Double Integral Calculator Cylindrical

This double integral calculator evaluates integrals in cylindrical coordinates (r, θ, z). It handles functions of the form f(r, θ, z) over specified bounds for r, θ, and z. The calculator provides both numerical results and visualizations of the integration regions.

What is a Double Integral?

A double integral extends the concept of single integration to two dimensions. It calculates the volume under a surface defined by a function f(x,y) over a region in the xy-plane. In cylindrical coordinates, we integrate over r (radial distance), θ (azimuthal angle), and z (height).

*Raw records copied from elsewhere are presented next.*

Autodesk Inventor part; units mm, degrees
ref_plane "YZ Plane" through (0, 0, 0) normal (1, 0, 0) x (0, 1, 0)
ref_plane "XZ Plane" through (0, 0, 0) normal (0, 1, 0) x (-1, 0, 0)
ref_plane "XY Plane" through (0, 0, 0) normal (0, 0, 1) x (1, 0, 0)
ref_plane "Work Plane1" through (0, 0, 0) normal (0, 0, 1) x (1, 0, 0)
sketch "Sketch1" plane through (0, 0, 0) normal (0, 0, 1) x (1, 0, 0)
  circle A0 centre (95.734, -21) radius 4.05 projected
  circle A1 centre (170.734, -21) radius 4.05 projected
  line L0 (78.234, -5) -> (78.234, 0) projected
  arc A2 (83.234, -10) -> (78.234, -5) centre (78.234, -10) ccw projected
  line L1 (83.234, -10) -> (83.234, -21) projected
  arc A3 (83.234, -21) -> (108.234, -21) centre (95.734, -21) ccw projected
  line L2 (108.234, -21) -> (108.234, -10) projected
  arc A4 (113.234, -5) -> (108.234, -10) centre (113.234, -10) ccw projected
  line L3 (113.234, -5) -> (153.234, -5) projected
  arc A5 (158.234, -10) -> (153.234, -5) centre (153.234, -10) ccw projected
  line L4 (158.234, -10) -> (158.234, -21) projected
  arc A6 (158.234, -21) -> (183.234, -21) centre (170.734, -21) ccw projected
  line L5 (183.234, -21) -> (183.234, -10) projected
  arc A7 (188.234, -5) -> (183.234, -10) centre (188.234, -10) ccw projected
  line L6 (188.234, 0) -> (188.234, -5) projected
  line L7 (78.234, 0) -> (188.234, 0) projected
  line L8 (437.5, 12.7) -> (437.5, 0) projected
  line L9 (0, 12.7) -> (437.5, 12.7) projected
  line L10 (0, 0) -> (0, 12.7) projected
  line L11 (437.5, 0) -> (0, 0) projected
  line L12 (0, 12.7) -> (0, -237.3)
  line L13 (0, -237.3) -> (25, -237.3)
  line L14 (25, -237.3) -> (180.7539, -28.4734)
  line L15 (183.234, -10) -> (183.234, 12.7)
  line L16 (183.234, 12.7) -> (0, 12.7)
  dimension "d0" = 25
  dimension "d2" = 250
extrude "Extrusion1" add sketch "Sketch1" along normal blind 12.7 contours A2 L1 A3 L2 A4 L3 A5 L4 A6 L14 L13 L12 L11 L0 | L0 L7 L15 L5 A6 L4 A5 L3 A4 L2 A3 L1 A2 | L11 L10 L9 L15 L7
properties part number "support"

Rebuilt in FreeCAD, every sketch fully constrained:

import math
import FreeCAD as App
import Part
import Sketcher
from FreeCAD import Vector
Q = App.Units.Quantity

doc = App.newDocument("Part")
body = doc.addObject("PartDesign::Body", "Body")

sketch1 = body.newObject("Sketcher::SketchObject", "Sketch")
sketch1.AttachmentSupport = (doc.getObject("XY_Plane"), [""])
sketch1.MapMode = "FlatFace"
sketch1.addGeometry([
    Part.LineSegment(Vector(25, -237.3, 0), Vector(180.7539, -28.4734, 0)),
    Part.ArcOfCircle(Part.Circle(Vector(170.734, -21, 0), Vector(0, 0, 1), 12.5), math.radians(-36.717628), math.radians(0)),
    Part.LineSegment(Vector(183.234, -21, 0), Vector(183.234, 12.7, 0)),
    Part.LineSegment(Vector(183.234, 12.7, 0), Vector(0, 12.7, 0)),
    Part.LineSegment(Vector(0, 12.7, 0), Vector(0, -237.3, 0)),
    Part.LineSegment(Vector(0, -237.3, 0), Vector(25, -237.3, 0)),
    Part.Circle(Vector(95.734, -21, 0), Vector(0, 0, 1), 4.05),
    Part.Circle(Vector(170.734, -21, 0), Vector(0, 0, 1), 4.05),
], False)
sketch1.addConstraint([
    Sketcher.Constraint("Tangent", 0, 2, 1, 1),
    Sketcher.Constraint("Tangent", 1, 2, 2, 1),
    Sketcher.Constraint("Coincident", 2, 2, 3, 1),
    Sketcher.Constraint("Coincident", 3, 2, 4, 1),
    Sketcher.Constraint("Coincident", 4, 2, 5, 1),
    Sketcher.Constraint("Coincident", 5, 2, 0, 1),
    Sketcher.Constraint("Vertical", 2),
    Sketcher.Constraint("Horizontal", 3),
    Sketcher.Constraint("Vertical", 4),
    Sketcher.Constraint("Horizontal", 5),
    Sketcher.Constraint("Coincident", 7, 3, 1, 3),
    Sketcher.Constraint("Equal", 6, 7),
    Sketcher.Constraint("PointOnObject", 3, 2, -2),
    Sketcher.Constraint("Horizontal", 1, 3, 6, 3),
    Sketcher.Constraint("Radius", 1, Q("12.5 mm")),
    Sketcher.Constraint("DistanceX", 5, 1, 5, 2, Q("25 mm")),
    Sketcher.Constraint("DistanceY", 4, 2, 4, 1, Q("250 mm")),
    Sketcher.Constraint("Diameter", 6, Q("8.1 mm")),
    Sketcher.Constraint("DistanceY", 2, 1, 2, 2, Q("33.7 mm")),
    Sketcher.Constraint("DistanceY", 1, 3, -1, 1, Q("21 mm")),
    Sketcher.Constraint("DistanceX", 6, 3, 1, 3, Q("75 mm")),
    Sketcher.Constraint("DistanceX", 3, 2, 3, 1, Q("183.234 mm")),
])
pad1 = body.newObject("PartDesign::Pad", "Pad")
pad1.Profile = sketch1
pad1.Length = 12.7

doc.recompute()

∫∫ f(r,θ,z) dA = ∫∫∫ f(r,θ,z) r dz dθ dr

The double integral in cylindrical coordinates is often used in physics and engineering to calculate quantities like mass, charge, or probability distributions in 3D space.

Cylindrical Coordinates

Cylindrical coordinates (r, θ, z) represent points in 3D space using:

r: Radial distance from the z-axis
θ: Azimuthal angle in the xy-plane (0 ≤ θ ≤ 2π)
z: Height along the z-axis

Conversion between Cartesian and cylindrical coordinates:

x = r cosθ, y = r sinθ, z = z

The volume element in cylindrical coordinates is r dz dθ dr, which accounts for the increasing area of circular rings as r increases.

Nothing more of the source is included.